Ask the tenant if they'll pay for professional cleaners to come in when/if they decide to move on.


----------



## shesells (26 Mar 2009)

I wouldn't. Firstly does your lease permit  pets? Many apartment blocks don't. Secondly there's the smell, and the hair etc...., then the damage

Pets tend to have a lingering smell that stays in the furniture long after the pets have gone.


----------



## mathepac (26 Mar 2009)

shesells said:


> ... Pets tend to have a lingering smell that stays in the furniture long after the pets have gone.


Not only that but people with pet allergies can suffer reactions to the residues of pets in an environment long after the pets have gone.


----------



## Perplexed (26 Mar 2009)

PaddyBloggit said:


> Ask the tenant if they'll pay for professional cleaners to come in when/if they decide to move on.



This seems like a good idea. I also need to check out what the building rules are. 

Thanks for all replies. I don't want to appear harsh but I don't want my apt ruined either.


----------



## z103 (27 Mar 2009)

I would allow them to keep the cats. If I wasn't allowed to keep my pet in a rented apartment, I would find a landlord that would allow me. There must be plenty of them out there now.
In this environment, I wouldn't want to jeopardise the lease. Deal with the cat damage if and when the tenant leaves.


----------



## muffin1973 (27 Mar 2009)

Kitten Adoption actually advocates keeping cats as indoor cats ([broken link removed]).  A friend of mine adopted two cats (sisters) and has them in her apartment - they do little damage, the worst is the hair they leave everywhere!  

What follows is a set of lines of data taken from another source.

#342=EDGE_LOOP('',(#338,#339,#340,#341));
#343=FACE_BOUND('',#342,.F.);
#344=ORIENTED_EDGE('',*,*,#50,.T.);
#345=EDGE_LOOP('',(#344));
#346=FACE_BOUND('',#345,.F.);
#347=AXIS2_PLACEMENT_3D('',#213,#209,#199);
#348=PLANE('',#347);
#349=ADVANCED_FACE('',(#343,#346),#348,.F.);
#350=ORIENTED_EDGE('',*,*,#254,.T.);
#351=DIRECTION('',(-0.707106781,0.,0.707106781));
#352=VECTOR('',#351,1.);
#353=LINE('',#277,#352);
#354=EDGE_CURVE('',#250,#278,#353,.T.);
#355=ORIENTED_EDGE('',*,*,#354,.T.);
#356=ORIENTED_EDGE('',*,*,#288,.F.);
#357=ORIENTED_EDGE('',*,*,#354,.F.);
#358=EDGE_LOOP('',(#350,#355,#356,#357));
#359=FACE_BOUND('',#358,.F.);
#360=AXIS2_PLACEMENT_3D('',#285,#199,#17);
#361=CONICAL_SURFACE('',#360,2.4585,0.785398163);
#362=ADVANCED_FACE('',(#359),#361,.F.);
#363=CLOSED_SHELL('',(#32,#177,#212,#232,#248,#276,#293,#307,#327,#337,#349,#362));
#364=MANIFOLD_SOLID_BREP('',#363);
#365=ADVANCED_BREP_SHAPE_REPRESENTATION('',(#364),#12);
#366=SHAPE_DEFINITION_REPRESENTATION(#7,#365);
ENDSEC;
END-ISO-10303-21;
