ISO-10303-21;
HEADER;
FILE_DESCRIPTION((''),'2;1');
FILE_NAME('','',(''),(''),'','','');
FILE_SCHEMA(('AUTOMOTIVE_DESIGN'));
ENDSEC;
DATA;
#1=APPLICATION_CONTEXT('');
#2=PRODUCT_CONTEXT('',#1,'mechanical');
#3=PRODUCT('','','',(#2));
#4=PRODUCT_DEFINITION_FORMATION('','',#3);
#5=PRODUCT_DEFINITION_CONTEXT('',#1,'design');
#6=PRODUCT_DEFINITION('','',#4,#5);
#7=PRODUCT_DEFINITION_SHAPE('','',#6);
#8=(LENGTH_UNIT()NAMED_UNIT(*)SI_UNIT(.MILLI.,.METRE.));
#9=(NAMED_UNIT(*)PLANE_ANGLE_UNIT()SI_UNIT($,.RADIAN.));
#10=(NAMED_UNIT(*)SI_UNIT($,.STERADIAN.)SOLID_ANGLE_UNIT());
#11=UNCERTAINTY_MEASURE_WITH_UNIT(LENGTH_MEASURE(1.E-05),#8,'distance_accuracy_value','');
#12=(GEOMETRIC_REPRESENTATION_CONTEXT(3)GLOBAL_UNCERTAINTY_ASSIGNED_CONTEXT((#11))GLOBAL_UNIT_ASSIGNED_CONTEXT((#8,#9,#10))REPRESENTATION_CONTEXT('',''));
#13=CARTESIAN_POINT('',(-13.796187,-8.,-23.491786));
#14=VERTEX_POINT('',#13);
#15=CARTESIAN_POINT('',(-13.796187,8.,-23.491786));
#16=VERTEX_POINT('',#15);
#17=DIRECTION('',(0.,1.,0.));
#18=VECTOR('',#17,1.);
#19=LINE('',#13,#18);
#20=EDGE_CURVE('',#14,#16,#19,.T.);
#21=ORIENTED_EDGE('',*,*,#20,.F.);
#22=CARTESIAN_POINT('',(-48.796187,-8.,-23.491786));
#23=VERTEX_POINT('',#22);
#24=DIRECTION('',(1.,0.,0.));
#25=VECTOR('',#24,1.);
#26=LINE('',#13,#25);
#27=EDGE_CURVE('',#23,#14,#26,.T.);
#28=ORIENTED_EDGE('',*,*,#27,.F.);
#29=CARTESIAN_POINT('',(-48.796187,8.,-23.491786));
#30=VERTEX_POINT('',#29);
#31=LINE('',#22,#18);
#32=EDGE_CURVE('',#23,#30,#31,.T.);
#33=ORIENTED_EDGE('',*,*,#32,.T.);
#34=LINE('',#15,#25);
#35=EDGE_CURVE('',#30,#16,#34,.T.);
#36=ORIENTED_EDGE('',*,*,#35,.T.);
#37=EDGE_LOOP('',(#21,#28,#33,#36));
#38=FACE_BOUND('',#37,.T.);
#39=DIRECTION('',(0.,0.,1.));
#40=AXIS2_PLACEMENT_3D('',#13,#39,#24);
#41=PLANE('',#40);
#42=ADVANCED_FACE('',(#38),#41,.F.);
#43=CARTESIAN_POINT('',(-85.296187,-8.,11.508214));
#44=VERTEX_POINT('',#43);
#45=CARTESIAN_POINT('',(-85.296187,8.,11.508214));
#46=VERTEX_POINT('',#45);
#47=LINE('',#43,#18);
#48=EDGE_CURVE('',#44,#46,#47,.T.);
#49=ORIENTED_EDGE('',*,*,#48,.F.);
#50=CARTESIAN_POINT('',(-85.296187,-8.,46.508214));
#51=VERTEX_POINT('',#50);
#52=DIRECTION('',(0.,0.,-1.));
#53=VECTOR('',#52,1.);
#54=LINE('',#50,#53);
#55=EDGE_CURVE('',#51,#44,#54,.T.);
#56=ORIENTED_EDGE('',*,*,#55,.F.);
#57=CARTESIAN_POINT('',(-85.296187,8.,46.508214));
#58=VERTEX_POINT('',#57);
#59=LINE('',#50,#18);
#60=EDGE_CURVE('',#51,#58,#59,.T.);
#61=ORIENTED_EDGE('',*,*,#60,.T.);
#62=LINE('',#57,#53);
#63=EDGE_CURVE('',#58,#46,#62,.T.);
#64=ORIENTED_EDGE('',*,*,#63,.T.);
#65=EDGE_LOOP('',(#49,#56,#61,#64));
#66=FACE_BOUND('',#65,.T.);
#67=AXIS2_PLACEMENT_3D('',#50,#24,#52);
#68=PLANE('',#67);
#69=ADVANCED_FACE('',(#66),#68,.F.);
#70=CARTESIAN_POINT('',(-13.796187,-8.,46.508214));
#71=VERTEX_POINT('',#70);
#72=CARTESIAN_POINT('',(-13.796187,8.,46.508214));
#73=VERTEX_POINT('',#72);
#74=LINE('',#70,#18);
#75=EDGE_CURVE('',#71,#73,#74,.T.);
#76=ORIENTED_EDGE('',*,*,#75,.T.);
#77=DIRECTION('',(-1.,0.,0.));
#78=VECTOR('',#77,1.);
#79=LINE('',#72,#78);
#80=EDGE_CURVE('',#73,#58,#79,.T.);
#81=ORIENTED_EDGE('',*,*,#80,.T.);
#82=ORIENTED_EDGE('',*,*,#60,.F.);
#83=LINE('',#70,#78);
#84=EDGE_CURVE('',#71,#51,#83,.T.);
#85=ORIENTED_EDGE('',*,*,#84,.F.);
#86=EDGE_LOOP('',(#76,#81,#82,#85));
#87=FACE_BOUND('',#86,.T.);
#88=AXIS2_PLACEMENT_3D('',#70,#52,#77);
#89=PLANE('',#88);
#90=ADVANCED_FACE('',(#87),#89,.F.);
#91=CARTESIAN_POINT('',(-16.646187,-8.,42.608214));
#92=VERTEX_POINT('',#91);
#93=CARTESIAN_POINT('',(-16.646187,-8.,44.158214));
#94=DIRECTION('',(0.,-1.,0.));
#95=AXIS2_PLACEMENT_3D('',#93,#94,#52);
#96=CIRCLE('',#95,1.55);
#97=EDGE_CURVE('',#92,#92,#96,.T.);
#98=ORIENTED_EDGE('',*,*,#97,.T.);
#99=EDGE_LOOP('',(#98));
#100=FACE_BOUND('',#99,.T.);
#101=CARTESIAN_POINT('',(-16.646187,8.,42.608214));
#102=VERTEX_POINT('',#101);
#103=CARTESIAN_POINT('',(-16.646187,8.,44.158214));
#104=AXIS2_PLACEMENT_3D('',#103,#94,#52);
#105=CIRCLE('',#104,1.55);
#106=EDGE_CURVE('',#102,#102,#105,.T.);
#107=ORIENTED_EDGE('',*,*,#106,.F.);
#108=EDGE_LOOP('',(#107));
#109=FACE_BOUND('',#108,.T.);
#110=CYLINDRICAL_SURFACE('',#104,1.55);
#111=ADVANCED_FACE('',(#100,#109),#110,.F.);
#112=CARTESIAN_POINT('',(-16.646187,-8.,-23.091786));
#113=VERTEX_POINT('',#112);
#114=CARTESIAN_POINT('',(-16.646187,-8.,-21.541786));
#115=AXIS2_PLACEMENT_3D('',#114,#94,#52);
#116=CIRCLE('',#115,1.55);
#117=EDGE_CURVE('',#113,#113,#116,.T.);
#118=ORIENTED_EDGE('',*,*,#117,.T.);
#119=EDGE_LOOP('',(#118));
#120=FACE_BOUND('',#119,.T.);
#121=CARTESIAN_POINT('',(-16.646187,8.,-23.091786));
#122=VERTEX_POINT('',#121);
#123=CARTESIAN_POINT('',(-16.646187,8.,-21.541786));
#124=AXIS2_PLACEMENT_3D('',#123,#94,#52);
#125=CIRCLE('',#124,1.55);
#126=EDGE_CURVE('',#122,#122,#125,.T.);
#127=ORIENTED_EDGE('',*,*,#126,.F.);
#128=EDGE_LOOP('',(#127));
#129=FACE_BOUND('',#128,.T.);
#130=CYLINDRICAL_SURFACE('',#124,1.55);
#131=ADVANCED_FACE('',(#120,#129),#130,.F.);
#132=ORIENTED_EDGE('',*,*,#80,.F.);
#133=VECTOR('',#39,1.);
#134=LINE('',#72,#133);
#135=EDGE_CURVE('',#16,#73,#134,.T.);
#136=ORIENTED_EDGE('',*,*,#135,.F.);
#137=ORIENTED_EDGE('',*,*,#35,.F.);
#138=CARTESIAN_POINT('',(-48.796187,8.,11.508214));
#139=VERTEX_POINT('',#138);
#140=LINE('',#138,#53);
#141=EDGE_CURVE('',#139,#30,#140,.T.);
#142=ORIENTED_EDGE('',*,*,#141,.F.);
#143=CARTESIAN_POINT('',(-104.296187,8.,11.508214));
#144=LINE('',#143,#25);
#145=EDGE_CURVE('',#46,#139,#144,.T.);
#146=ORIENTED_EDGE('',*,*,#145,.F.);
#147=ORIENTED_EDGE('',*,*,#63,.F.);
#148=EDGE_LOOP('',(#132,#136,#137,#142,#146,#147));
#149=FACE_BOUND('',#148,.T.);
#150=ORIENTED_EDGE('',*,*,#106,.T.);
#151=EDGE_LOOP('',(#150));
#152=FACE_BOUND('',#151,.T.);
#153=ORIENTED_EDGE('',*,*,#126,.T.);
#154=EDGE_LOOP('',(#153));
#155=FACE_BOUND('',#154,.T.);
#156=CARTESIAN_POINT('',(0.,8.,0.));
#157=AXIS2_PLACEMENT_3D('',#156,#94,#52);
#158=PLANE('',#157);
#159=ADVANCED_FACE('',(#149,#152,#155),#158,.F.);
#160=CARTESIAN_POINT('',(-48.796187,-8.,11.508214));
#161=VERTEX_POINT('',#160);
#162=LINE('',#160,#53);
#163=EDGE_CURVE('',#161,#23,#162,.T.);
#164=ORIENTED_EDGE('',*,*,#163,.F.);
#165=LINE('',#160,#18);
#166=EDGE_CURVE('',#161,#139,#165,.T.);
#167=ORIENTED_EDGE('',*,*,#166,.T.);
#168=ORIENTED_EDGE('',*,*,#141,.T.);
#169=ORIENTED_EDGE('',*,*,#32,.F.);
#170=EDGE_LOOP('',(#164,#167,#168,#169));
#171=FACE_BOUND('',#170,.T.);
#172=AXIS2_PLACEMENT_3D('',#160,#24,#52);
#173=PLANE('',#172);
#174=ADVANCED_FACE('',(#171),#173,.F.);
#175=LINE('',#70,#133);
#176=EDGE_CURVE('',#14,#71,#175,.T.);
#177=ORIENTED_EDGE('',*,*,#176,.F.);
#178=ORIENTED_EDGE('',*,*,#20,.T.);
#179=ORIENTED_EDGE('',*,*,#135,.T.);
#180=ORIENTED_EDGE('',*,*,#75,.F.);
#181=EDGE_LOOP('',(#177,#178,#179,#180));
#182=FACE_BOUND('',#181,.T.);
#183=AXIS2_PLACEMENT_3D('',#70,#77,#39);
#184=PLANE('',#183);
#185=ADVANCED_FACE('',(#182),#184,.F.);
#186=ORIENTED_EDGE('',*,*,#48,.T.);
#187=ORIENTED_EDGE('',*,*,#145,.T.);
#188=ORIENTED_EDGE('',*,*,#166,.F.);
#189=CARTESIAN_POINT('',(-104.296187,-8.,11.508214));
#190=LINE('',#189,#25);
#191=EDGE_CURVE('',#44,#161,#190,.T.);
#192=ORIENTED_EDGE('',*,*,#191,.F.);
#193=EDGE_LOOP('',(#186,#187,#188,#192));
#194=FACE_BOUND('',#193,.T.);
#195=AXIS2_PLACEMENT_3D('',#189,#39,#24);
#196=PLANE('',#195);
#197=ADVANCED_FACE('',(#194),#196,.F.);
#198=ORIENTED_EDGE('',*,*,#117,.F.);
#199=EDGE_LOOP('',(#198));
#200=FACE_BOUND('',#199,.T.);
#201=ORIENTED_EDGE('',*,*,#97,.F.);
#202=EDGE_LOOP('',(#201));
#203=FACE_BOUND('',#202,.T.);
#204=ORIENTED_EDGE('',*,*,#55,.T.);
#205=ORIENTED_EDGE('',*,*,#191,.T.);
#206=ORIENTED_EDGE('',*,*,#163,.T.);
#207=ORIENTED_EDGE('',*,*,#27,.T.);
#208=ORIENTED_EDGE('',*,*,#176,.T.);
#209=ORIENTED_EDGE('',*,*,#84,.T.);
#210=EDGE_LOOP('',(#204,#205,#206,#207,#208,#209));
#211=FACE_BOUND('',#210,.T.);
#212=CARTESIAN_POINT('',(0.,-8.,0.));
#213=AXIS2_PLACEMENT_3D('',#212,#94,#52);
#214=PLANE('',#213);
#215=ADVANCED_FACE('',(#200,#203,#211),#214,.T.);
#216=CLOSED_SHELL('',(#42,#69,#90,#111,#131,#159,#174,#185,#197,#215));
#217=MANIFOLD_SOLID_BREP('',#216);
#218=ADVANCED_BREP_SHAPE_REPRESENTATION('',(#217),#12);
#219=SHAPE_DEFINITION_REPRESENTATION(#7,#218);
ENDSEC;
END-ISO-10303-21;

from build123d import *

# Parameters (mm, degrees)
BOSS_EXTRUDE1_DEPTH = 8
MOVE_FACE1_BY       = 19
SKETCH3_R           = 1.55
CUT_EXTRUDE1_DEPTH  = 99.460415825


with BuildPart() as part:
    # Sketch2 → Boss-Extrude1 (new, symmetric)
    with BuildSketch(Plane.XZ):
        Polygon((-13.796187154, 46.508213699), (-13.796187154, -23.491786301), (-48.796187154, -23.491786301), (-48.796187154, 11.508213699), (-104.296187154, 11.508213699), (-104.296187154, 46.508213699), align=None)
    extrude(amount=BOSS_EXTRUDE1_DEPTH, both=True)

    # Move Face1: a face moved inward by 19.0
    extrude(part.faces().sort_by_distance((-104.296187154, 0, 29.008213699))[0], amount=MOVE_FACE1_BY, dir=(1, 0, 0), mode=Mode.SUBTRACT)

    # Sketch3 → Cut-Extrude1 (cut, through all)
    with BuildSketch(Plane.XZ.offset(8)):
        with Locations(Location((-16.646187154, 44.158213699, 0), (0, 0, 270))):
            Circle(SKETCH3_R)
        with Locations(Location((-16.646187154, -21.541786301, 0), (0, 0, 270))):
            Circle(SKETCH3_R)
    extrude(amount=-CUT_EXTRUDE1_DEPTH, mode=Mode.SUBTRACT)


solid = part.part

We have a cat ourselves, who is an outdoor cat.  But she was very fond of two material couches we had (scatching them) and they got a bit wrecked but nothing too bad so if you had leather couches in your apartment, that would be better (nothing to scratch).  Cats are clean animals, pretty much look after themselves and spend most of the day sleeping 

If your tenant is that good, I'd let her have them.

M


----------



## steph1 (27 Mar 2009)

Agree with muffin.  I have three cats and they are mostly indoors only problems really are the hairs.  They are mature cats now so gone past the scratching stage.  Its easy clean up a few hairs.  I let property out before to tenants with dogs and there was no problem.  I had other tenants who had no pets and the place was left in a state.

If the tenant is a good one - hang on to them.  You dont want to be in the position of having no rent paid on your property and then waiting for god knows how long to find another tenant with no income coming in. Especially with the way things are in the country at the moment.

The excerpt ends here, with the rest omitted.